___ RECORDED INFORMATION ___

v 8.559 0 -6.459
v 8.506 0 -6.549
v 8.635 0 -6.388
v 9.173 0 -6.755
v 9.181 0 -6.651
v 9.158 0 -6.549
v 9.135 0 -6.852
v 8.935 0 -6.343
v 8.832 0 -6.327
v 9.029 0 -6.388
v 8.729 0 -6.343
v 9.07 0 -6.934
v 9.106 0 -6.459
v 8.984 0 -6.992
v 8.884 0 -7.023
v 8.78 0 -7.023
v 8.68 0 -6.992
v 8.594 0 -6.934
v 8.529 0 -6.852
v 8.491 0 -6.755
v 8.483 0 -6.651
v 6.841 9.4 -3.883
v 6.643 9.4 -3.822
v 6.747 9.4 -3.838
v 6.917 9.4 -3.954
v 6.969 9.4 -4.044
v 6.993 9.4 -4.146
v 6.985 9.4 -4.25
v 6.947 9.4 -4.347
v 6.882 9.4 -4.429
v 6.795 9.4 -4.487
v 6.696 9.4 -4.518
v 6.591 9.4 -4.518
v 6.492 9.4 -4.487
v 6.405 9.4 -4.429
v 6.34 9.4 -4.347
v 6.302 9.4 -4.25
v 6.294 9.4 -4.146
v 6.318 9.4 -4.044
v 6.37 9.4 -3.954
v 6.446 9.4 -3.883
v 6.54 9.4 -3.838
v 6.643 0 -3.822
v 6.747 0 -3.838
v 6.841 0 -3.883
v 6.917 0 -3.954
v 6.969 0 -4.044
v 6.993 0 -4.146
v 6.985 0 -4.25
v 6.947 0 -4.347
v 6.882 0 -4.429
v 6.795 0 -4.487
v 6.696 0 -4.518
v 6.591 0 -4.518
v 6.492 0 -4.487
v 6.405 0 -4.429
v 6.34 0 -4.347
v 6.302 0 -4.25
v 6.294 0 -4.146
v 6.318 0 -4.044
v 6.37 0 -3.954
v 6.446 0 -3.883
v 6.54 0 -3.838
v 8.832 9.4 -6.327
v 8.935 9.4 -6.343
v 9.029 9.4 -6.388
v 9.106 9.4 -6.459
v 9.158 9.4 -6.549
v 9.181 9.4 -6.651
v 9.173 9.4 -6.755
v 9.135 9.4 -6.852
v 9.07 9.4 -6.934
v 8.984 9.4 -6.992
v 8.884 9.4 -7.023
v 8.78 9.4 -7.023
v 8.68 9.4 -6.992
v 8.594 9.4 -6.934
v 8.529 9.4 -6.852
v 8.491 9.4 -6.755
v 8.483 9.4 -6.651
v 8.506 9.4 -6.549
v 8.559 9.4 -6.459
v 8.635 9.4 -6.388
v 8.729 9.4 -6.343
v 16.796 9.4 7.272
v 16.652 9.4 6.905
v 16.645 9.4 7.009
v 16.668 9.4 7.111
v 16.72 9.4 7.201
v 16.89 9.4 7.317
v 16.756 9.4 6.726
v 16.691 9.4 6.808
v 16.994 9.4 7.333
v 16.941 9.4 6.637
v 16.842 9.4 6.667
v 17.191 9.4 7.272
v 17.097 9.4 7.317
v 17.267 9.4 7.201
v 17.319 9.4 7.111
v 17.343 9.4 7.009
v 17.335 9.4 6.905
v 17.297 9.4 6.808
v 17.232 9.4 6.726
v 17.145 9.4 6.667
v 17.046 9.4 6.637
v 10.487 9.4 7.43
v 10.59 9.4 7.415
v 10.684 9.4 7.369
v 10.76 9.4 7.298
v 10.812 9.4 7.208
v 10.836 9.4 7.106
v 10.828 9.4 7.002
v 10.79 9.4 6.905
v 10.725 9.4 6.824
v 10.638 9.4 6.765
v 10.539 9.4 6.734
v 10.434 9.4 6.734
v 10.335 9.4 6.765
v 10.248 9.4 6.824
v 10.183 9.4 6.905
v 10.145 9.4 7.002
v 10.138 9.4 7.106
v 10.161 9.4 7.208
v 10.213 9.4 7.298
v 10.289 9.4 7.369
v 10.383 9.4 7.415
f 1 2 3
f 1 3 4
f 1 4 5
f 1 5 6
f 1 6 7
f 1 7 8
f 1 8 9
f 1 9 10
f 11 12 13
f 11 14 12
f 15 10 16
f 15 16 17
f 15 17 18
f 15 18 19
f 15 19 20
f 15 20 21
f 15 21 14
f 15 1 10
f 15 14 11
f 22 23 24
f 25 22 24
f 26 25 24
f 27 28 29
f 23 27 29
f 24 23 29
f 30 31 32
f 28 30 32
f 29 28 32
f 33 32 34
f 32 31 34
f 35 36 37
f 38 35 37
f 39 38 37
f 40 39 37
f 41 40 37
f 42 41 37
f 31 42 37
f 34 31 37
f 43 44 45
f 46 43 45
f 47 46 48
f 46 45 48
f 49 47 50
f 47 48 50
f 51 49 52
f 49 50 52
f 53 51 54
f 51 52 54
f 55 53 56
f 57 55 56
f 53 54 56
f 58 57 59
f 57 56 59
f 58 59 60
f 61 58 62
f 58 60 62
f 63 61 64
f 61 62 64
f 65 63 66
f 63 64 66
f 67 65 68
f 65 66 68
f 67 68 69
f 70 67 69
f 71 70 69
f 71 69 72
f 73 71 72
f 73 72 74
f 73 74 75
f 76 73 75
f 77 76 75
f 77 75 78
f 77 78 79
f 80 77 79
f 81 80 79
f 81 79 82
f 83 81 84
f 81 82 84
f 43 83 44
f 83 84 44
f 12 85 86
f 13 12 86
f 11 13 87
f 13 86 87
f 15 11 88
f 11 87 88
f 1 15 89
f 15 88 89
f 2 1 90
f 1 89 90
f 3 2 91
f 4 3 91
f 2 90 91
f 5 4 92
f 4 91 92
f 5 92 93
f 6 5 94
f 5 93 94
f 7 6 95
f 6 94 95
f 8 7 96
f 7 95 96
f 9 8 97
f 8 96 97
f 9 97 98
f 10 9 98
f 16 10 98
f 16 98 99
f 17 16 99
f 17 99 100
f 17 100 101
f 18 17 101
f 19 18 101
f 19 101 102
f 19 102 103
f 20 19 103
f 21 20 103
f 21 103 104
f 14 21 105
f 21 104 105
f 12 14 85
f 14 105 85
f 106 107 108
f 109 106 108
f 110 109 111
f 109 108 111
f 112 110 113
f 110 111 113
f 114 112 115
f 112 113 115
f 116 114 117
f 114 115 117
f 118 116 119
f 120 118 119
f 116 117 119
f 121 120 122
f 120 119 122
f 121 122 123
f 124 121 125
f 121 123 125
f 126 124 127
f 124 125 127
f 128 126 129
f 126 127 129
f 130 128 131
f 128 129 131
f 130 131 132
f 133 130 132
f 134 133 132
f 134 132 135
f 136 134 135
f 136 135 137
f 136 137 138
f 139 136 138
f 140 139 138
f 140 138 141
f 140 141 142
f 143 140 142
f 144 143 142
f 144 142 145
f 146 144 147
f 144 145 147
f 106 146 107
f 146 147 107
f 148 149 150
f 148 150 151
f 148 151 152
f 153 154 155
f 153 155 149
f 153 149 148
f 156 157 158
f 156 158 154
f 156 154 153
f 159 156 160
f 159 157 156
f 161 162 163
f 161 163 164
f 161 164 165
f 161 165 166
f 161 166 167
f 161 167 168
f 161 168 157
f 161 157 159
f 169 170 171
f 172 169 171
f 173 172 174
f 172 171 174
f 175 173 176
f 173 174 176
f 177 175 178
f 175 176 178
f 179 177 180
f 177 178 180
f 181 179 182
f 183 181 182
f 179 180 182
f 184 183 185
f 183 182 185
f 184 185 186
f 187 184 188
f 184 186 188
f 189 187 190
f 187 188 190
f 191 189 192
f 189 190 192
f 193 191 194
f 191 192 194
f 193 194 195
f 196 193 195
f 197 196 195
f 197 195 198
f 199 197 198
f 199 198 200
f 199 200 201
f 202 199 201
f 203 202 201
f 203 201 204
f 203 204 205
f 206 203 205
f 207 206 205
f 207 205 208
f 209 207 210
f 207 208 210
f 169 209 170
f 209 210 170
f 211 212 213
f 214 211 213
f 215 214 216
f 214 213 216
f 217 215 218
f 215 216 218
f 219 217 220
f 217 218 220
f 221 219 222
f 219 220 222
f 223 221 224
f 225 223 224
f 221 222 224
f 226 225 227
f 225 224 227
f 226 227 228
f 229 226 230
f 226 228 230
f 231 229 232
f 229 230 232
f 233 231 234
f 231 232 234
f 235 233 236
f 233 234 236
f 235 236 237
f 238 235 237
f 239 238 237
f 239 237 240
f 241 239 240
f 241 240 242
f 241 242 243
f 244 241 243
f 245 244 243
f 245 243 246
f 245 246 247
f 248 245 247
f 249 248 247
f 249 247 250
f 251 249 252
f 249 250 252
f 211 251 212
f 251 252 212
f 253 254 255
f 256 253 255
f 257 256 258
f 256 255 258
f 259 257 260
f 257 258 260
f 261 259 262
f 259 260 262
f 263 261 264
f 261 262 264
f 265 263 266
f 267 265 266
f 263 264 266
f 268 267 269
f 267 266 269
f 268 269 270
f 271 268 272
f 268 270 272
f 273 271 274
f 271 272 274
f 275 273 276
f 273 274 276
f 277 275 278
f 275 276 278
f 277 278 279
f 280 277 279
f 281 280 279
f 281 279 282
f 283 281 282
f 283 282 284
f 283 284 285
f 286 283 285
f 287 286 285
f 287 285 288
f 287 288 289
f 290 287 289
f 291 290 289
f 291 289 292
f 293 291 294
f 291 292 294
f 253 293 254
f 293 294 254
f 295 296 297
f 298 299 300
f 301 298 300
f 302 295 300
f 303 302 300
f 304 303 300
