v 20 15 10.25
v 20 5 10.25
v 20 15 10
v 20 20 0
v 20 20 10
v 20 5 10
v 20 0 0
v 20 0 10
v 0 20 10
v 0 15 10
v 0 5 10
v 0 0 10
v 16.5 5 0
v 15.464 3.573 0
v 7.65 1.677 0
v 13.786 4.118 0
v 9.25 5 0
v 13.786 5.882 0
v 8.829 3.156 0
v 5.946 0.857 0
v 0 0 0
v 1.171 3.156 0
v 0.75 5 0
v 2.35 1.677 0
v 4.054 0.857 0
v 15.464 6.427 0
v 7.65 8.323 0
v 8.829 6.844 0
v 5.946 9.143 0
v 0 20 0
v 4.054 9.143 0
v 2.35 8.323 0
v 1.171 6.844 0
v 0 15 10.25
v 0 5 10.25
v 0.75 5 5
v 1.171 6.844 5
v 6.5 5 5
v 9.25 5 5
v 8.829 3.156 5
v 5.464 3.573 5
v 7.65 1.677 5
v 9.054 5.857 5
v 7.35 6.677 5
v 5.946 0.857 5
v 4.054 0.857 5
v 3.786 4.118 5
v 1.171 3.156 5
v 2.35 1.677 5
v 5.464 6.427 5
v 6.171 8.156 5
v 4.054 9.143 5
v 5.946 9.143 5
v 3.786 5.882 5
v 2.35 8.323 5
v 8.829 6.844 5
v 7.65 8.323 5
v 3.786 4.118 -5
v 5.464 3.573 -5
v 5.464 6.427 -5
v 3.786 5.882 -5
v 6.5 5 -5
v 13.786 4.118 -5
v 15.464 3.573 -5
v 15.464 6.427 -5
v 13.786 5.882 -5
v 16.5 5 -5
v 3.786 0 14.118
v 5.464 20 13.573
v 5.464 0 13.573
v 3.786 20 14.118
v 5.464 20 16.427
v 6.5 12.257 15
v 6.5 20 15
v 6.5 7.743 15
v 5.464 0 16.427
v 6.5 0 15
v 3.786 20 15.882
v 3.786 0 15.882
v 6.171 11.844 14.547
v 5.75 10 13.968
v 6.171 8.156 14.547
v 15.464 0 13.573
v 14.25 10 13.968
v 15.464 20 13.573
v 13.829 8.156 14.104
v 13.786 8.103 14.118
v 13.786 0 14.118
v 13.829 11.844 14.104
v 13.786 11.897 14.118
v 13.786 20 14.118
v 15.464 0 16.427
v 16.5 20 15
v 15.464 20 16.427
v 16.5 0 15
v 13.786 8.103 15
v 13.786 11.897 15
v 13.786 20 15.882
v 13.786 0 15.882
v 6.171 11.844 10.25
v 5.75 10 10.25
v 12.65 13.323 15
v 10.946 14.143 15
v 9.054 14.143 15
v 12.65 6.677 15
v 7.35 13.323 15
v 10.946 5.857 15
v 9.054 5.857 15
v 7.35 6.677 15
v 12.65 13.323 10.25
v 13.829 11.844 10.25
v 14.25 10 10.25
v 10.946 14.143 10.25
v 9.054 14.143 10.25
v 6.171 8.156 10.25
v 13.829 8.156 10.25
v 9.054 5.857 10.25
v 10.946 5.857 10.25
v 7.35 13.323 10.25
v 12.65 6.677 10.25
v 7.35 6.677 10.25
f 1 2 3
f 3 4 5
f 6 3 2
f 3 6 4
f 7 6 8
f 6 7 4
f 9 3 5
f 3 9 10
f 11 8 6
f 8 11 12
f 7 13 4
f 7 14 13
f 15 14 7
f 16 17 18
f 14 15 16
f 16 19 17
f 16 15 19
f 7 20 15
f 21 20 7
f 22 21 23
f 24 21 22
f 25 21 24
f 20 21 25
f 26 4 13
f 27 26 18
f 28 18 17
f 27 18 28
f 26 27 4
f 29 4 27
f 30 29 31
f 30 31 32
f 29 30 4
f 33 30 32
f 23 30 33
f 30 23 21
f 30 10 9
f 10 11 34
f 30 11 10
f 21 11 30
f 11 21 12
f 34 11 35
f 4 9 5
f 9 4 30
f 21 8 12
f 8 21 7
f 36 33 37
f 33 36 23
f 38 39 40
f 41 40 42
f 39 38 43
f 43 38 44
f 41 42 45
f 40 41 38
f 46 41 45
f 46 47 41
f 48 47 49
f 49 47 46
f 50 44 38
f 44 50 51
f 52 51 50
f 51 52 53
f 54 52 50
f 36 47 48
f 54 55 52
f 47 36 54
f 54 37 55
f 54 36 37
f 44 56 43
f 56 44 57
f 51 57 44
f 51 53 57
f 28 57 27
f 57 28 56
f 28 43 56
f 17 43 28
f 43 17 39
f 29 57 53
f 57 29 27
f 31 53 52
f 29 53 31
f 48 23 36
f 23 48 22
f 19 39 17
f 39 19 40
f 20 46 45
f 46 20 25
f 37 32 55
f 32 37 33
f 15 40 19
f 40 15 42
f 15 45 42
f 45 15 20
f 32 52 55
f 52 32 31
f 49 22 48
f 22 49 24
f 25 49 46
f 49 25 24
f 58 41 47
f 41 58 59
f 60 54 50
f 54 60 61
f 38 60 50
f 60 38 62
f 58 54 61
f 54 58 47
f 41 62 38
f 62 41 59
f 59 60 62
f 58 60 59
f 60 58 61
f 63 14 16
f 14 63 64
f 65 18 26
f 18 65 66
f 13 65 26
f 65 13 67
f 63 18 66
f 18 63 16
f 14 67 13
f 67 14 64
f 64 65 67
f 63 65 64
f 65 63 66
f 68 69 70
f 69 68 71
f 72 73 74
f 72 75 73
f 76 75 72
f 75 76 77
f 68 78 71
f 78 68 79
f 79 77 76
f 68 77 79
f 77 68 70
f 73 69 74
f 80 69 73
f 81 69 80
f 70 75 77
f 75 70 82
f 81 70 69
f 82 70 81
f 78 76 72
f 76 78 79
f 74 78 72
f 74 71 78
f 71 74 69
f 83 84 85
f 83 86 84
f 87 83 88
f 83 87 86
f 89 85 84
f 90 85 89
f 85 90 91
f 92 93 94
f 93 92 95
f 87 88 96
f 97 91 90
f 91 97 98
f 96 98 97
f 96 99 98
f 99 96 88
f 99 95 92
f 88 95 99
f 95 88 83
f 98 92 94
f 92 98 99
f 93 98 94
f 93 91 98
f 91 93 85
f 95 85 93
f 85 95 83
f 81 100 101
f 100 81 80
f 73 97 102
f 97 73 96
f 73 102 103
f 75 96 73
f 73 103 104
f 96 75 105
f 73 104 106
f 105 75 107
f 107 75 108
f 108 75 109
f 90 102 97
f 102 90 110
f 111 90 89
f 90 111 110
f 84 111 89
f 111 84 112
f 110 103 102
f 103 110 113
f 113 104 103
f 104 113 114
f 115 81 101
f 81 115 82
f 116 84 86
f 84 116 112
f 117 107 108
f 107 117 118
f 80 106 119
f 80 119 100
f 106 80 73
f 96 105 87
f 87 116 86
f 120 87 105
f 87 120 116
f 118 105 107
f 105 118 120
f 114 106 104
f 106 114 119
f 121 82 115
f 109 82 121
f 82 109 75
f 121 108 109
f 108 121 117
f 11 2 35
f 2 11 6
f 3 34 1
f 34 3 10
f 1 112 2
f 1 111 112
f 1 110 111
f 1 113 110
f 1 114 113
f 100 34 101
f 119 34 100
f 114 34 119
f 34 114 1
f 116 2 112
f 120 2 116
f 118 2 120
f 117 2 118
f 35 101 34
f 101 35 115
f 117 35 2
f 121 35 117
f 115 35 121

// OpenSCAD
module shaft_support_bracket() {
    base_block();
    rod_seat_bore();
    mounting_holes();
    clamp_split();
    clamp_bolt_holes();
}

module base_block() {
    difference() {
        cube([20, 20, 10]);
        translate([5, 5, 0])
            cylinder(h = 10, d = 8.5, center = true);
    }
}

module rod_seat_bore() {
    translate([10, 10, 10])
        cylinder(h = 10, d = 8.5, center = true);
}

module mounting_holes() {
    translate([5, 5, 0])
        cylinder(h = 10, d = 3, center = true);
    translate([15, 5, 0])
        cylinder(h = 10, d = 3, center = true);
}

module clamp_split() {
    translate([10, 10, 10])
        rotate([90, 0, 0])
        cube([20, 0.5, 10], center = true);
}

module clamp_bolt_holes() {
    translate([5, 10, 15])
        rotate([90, 0, 0])
        cylinder(h = 20, d = 3, center = true);
    translate([15, 10, 15])
        rotate([90, 0, 0])
        cylinder(h = 20, d = 3, center = true);
}

shaft_support_bracket();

___

**ACTIVITY**
Referring to the material above, set down exactly the lines between the line with "f 103 110 113" and the line with "f 114 106 104", inclusive, and no other lines.

**RESPONSE TO THE TASK**
f 103 110 113
f 113 104 103
f 104 113 114
f 115 81 101
f 81 115 82
f 116 84 86
f 84 116 112
f 117 107 108
f 107 117 118
f 80 106 119
f 80 119 100
f 106 80 73
f 96 105 87
f 87 116 86
f 120 87 105
f 87 120 116
f 118 105 107
f 105 118 120
f 114 106 104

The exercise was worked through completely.